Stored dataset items
::::::::
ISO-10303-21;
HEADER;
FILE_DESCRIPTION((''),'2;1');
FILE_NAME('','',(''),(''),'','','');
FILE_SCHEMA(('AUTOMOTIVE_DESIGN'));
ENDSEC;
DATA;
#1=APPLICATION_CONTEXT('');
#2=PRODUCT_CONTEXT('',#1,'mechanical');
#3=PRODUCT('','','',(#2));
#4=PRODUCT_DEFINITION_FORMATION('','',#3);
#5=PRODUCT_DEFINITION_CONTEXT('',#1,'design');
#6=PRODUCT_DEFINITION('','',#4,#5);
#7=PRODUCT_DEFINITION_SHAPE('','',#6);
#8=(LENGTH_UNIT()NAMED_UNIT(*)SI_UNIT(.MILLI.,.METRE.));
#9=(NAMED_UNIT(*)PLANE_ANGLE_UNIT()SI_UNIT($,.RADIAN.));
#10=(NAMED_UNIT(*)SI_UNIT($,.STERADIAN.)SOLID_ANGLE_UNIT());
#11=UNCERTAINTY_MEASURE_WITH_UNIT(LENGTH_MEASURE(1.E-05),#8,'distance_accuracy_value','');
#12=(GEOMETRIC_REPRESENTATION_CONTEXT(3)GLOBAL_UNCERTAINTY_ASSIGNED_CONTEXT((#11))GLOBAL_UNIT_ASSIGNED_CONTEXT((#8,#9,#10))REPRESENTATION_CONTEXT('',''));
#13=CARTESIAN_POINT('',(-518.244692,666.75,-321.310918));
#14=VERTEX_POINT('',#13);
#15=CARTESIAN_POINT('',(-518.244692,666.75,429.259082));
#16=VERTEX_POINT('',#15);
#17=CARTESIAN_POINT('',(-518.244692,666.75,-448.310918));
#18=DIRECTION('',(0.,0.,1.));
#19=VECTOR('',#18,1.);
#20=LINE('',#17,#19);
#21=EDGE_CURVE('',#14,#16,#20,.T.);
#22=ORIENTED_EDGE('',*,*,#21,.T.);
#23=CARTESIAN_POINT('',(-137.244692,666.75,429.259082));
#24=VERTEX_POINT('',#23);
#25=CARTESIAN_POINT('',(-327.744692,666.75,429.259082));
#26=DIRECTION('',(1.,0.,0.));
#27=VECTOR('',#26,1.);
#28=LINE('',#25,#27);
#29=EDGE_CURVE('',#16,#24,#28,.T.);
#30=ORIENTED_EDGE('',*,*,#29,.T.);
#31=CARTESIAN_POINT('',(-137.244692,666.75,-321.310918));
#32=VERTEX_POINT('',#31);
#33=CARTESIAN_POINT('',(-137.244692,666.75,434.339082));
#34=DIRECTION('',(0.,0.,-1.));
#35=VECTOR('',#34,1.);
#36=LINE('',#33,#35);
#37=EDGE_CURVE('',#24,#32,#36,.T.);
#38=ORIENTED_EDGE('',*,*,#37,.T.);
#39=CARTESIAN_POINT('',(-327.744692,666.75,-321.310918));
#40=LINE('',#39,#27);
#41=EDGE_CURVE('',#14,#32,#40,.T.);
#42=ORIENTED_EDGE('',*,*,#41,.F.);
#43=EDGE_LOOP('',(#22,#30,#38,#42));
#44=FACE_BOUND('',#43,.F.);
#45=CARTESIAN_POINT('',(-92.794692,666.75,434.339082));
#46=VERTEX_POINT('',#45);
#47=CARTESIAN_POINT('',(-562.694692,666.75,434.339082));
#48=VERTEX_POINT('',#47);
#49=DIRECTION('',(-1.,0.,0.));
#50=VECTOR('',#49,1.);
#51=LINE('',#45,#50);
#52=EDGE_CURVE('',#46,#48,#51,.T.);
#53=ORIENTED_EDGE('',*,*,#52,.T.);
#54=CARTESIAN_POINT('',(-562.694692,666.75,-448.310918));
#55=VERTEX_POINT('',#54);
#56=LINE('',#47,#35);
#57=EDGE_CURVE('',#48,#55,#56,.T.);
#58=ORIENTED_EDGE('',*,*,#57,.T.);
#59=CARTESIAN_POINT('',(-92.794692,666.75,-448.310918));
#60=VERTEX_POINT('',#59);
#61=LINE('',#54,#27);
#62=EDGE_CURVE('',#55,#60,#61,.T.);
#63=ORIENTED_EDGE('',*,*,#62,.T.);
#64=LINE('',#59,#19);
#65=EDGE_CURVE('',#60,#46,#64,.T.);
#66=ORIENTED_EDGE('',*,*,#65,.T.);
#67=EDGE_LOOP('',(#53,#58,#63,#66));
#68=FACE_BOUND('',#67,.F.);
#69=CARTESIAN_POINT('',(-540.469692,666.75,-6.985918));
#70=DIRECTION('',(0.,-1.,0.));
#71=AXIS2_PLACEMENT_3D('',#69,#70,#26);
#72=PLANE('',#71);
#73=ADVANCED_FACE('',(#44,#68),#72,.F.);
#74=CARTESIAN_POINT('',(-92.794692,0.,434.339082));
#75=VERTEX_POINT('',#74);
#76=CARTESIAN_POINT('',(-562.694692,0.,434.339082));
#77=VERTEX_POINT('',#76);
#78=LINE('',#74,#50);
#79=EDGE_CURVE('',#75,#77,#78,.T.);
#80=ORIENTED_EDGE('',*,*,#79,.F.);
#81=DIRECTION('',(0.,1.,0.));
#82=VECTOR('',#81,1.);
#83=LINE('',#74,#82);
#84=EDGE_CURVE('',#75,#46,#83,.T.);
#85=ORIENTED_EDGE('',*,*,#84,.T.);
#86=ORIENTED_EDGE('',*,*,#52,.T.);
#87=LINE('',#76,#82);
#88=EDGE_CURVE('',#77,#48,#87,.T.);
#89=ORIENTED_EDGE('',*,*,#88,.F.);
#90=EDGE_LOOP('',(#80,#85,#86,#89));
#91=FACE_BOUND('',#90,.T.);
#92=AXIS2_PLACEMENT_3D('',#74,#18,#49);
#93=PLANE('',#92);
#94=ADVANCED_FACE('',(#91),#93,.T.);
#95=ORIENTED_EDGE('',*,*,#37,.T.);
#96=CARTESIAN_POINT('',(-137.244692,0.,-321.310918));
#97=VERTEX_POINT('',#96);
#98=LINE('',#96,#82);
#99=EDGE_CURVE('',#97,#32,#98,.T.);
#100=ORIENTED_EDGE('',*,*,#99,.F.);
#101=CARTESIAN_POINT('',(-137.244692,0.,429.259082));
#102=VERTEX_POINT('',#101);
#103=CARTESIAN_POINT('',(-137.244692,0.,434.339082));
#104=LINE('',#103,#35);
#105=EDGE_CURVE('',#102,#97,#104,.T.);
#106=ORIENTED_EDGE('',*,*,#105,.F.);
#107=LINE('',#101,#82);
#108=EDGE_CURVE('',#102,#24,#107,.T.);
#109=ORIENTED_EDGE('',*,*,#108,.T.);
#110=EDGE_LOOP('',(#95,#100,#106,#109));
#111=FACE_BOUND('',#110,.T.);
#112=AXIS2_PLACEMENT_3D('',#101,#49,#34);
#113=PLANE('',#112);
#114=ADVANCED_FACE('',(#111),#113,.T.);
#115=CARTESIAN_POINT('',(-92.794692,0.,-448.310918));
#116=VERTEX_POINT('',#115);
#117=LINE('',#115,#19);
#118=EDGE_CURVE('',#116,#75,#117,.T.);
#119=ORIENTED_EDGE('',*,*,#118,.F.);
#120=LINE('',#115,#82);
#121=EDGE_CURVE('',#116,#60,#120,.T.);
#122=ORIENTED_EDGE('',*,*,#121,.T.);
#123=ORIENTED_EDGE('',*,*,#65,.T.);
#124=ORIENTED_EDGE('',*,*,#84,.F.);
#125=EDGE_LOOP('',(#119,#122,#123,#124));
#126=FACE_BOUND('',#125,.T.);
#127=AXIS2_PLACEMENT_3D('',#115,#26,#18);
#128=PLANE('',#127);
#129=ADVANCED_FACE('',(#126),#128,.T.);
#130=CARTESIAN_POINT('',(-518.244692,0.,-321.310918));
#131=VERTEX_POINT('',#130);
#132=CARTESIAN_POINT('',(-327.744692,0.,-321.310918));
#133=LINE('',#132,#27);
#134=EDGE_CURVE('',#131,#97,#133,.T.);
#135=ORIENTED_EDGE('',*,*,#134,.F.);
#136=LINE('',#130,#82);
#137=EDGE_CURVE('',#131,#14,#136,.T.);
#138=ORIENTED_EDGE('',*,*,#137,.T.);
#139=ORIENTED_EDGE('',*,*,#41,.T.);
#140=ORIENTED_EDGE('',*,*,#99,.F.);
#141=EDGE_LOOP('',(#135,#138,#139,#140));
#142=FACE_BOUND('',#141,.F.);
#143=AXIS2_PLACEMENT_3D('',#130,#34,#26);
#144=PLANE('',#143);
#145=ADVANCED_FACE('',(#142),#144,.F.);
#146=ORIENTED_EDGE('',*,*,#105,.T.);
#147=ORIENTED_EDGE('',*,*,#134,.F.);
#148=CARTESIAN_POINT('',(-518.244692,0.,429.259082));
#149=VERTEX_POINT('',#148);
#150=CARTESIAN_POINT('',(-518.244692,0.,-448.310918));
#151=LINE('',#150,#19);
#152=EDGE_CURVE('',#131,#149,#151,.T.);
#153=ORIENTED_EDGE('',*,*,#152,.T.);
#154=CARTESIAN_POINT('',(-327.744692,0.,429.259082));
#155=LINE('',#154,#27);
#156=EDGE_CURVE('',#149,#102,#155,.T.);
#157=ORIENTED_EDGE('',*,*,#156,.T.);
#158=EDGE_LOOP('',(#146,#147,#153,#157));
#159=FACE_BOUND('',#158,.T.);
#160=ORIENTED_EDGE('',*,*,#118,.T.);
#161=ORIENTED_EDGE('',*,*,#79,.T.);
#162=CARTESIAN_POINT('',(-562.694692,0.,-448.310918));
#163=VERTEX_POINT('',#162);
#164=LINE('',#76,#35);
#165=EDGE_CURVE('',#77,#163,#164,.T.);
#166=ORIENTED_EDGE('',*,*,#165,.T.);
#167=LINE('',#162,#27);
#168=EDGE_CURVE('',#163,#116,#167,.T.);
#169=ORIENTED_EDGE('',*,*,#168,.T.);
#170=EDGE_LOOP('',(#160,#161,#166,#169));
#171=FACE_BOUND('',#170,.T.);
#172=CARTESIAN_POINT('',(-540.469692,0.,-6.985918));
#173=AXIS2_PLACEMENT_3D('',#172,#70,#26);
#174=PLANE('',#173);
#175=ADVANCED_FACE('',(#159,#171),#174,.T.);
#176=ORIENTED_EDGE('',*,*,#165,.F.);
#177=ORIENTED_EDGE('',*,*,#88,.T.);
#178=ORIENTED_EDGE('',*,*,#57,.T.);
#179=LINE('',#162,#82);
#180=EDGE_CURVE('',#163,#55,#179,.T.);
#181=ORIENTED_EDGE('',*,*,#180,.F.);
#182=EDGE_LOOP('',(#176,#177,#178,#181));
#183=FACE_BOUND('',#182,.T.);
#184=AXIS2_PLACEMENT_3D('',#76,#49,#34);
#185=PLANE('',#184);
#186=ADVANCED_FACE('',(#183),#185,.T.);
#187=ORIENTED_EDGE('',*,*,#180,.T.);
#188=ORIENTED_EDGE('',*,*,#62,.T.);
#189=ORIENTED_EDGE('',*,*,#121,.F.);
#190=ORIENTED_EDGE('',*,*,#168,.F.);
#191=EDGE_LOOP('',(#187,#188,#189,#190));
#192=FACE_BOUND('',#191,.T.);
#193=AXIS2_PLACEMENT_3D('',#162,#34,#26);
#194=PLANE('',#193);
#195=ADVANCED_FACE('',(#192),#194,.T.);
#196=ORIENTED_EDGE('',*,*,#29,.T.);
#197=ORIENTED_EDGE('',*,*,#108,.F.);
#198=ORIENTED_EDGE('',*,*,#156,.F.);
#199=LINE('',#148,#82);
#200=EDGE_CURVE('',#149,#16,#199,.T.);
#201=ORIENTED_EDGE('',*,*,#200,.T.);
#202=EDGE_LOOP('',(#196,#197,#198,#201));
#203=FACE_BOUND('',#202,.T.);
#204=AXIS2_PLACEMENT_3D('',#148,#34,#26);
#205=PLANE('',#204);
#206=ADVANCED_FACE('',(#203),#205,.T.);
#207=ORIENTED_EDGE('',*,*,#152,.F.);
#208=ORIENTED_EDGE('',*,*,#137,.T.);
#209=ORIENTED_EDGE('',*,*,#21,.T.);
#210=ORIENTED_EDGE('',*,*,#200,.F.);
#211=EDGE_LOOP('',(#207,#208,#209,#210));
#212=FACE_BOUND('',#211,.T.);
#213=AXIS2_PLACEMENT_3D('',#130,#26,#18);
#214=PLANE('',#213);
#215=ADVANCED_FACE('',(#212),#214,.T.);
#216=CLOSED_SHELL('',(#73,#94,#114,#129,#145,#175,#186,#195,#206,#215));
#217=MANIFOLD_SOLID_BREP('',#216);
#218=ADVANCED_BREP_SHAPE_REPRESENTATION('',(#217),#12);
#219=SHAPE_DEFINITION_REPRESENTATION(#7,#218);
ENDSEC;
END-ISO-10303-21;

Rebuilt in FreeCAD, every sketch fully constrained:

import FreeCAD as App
import Part
import Sketcher
Q = App.Units.Quantity

doc = App.newDocument("Part")
params = doc.addObject("Spreadsheet::Sheet", "Params")
for row, (alias, value) in enumerate([
    ("sketch1_width", "15 in"),
    ("sketch1_width2", "18.5 in"),
    ("sketch1_height", "34.75 in"),
    ("sketch1_height2", "29.55 in"),
    ("pad1_length", "26.25 in"),
], start=1):
    params.set(f"A{row}", alias)
    params.set(f"B{row}", "=" + value)
    params.setAlias(f"B{row}", alias)

body = doc.addObject("PartDesign::Body", "Body")

sketch1 = body.newObject("Sketcher::SketchObject", "Sketch")
sketch1.AttachmentSupport = (doc.getObject("XZ_Plane"), [""])
sketch1.MapMode = "FlatFace"
sketch1.addGeometry([
    Part.LineSegment(App.Vector(-563, 434, 0), App.Vector(-563, -448, 0)),
    Part.LineSegment(App.Vector(-563, -448, 0), App.Vector(-93, -448, 0)),
    Part.LineSegment(App.Vector(-93, -448, 0), App.Vector(-93, 434, 0)),
    Part.LineSegment(App.Vector(-93, 434, 0), App.Vector(-563, 434, 0)),
    Part.LineSegment(App.Vector(-137, 429, 0), App.Vector(-137, -321, 0)),
    Part.LineSegment(App.Vector(-137, -321, 0), App.Vector(-518, -321, 0)),
    Part.LineSegment(App.Vector(-518, -321, 0), App.Vector(-518, 429, 0)),
    Part.LineSegment(App.Vector(-518, 429, 0), App.Vector(-137, 429, 0)),
], False)
sketch1.addConstraint([
    Sketcher.Constraint("Coincident", 0, 2, 1, 1),
    Sketcher.Constraint("Coincident", 1, 2, 2, 1),
    Sketcher.Constraint("Coincident", 2, 2, 3, 1),
    Sketcher.Constraint("Coincident", 3, 2, 0, 1),
    Sketcher.Constraint("Coincident", 4, 2, 5, 1),
    Sketcher.Constraint("Coincident", 5, 2, 6, 1),
    Sketcher.Constraint("Coincident", 6, 2, 7, 1),
    Sketcher.Constraint("Coincident", 7, 2, 4, 1),
    Sketcher.Constraint("Vertical", 0),
    Sketcher.Constraint("Horizontal", 1),
    Sketcher.Constraint("Vertical", 2),
    Sketcher.Constraint("Horizontal", 3),
    Sketcher.Constraint("Vertical", 4),
    Sketcher.Constraint("Horizontal", 5),
    Sketcher.Constraint("Vertical", 6),
    Sketcher.Constraint("Horizontal", 7),
    Sketcher.Constraint("DistanceX", 5, 2, 5, 1, Q("15 in")),
    Sketcher.Constraint("DistanceX", 1, 1, 1, 2, Q("18.5 in")),
    Sketcher.Constraint("DistanceY", 1, 2, 4, 2, Q("5 in")),
    Sketcher.Constraint("DistanceY", 0, 2, 0, 1, Q("34.75 in")),
    Sketcher.Constraint("DistanceY", 4, 2, 4, 1, Q("29.55 in")),
    Sketcher.Constraint("DistanceX", 4, 2, 1, 2, Q("1.75 in")),
    Sketcher.Constraint("DistanceX", 0, 2, -1, 1, Q("562.694692 mm")),
    Sketcher.Constraint("DistanceY", 0, 2, -1, 1, Q("448.310918 mm")),
])
sketch1.setExpression("Constraints[16]", "Params.sketch1_width")
sketch1.setExpression("Constraints[17]", "Params.sketch1_width2")
sketch1.setExpression("Constraints[19]", "Params.sketch1_height")
sketch1.setExpression("Constraints[20]", "Params.sketch1_height2")
pad1 = body.newObject("PartDesign::Pad", "Pad")
pad1.Profile = sketch1
pad1.setExpression("Length", "Params.pad1_length")
pad1.Reversed = True

doc.recompute()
::::::::
» **TASK GOAL**
Both the line containing "#42=ORIENTED_EDGE('',*,*,#41,.F.);" and the line containing "#101=CARTESIAN_POINT('',(-137.244692,0.,429.259082));" belong in the answer. Print them and every line above that falls between them exactly, and no others.

» **TASK OUTPUT**
#42=ORIENTED_EDGE('',*,*,#41,.F.);
#43=EDGE_LOOP('',(#22,#30,#38,#42));
#44=FACE_BOUND('',#43,.F.);
#45=CARTESIAN_POINT('',(-92.794692,666.75,434.339082));
#46=VERTEX_POINT('',#45);
#47=CARTESIAN_POINT('',(-562.694692,666.75,434.339082));
#48=VERTEX_POINT('',#47);
#49=DIRECTION('',(-1.,0.,0.));
#50=VECTOR('',#49,1.);
#51=LINE('',#45,#50);
#52=EDGE_CURVE('',#46,#48,#51,.T.);
#53=ORIENTED_EDGE('',*,*,#52,.T.);
#54=CARTESIAN_POINT('',(-562.694692,666.75,-448.310918));
#55=VERTEX_POINT('',#54);
#56=LINE('',#47,#35);
#57=EDGE_CURVE('',#48,#55,#56,.T.);
#58=ORIENTED_EDGE('',*,*,#57,.T.);
#59=CARTESIAN_POINT('',(-92.794692,666.75,-448.310918));
#60=VERTEX_POINT('',#59);
#61=LINE('',#54,#27);
#62=EDGE_CURVE('',#55,#60,#61,.T.);
#63=ORIENTED_EDGE('',*,*,#62,.T.);
#64=LINE('',#59,#19);
#65=EDGE_CURVE('',#60,#46,#64,.T.);
#66=ORIENTED_EDGE('',*,*,#65,.T.);
#67=EDGE_LOOP('',(#53,#58,#63,#66));
#68=FACE_BOUND('',#67,.F.);
#69=CARTESIAN_POINT('',(-540.469692,666.75,-6.985918));
#70=DIRECTION('',(0.,-1.,0.));
#71=AXIS2_PLACEMENT_3D('',#69,#70,#26);
#72=PLANE('',#71);
#73=ADVANCED_FACE('',(#44,#68),#72,.F.);
#74=CARTESIAN_POINT('',(-92.794692,0.,434.339082));
#75=VERTEX_POINT('',#74);
#76=CARTESIAN_POINT('',(-562.694692,0.,434.339082));
#77=VERTEX_POINT('',#76);
#78=LINE('',#74,#50);
#79=EDGE_CURVE('',#75,#77,#78,.T.);
#80=ORIENTED_EDGE('',*,*,#79,.F.);
#81=DIRECTION('',(0.,1.,0.));
#82=VECTOR('',#81,1.);
#83=LINE('',#74,#82);
#84=EDGE_CURVE('',#75,#46,#83,.T.);
#85=ORIENTED_EDGE('',*,*,#84,.T.);
#86=ORIENTED_EDGE('',*,*,#52,.T.);
#87=LINE('',#76,#82);
#88=EDGE_CURVE('',#77,#48,#87,.T.);
#89=ORIENTED_EDGE('',*,*,#88,.F.);
#90=EDGE_LOOP('',(#80,#85,#86,#89));
#91=FACE_BOUND('',#90,.T.);
#92=AXIS2_PLACEMENT_3D('',#74,#18,#49);
#93=PLANE('',#92);
#94=ADVANCED_FACE('',(#91),#93,.T.);
#95=ORIENTED_EDGE('',*,*,#37,.T.);
#96=CARTESIAN_POINT('',(-137.244692,0.,-321.310918));
#97=VERTEX_POINT('',#96);
#98=LINE('',#96,#82);
#99=EDGE_CURVE('',#97,#32,#98,.T.);
#100=ORIENTED_EDGE('',*,*,#99,.F.);
#101=CARTESIAN_POINT('',(-137.244692,0.,429.259082));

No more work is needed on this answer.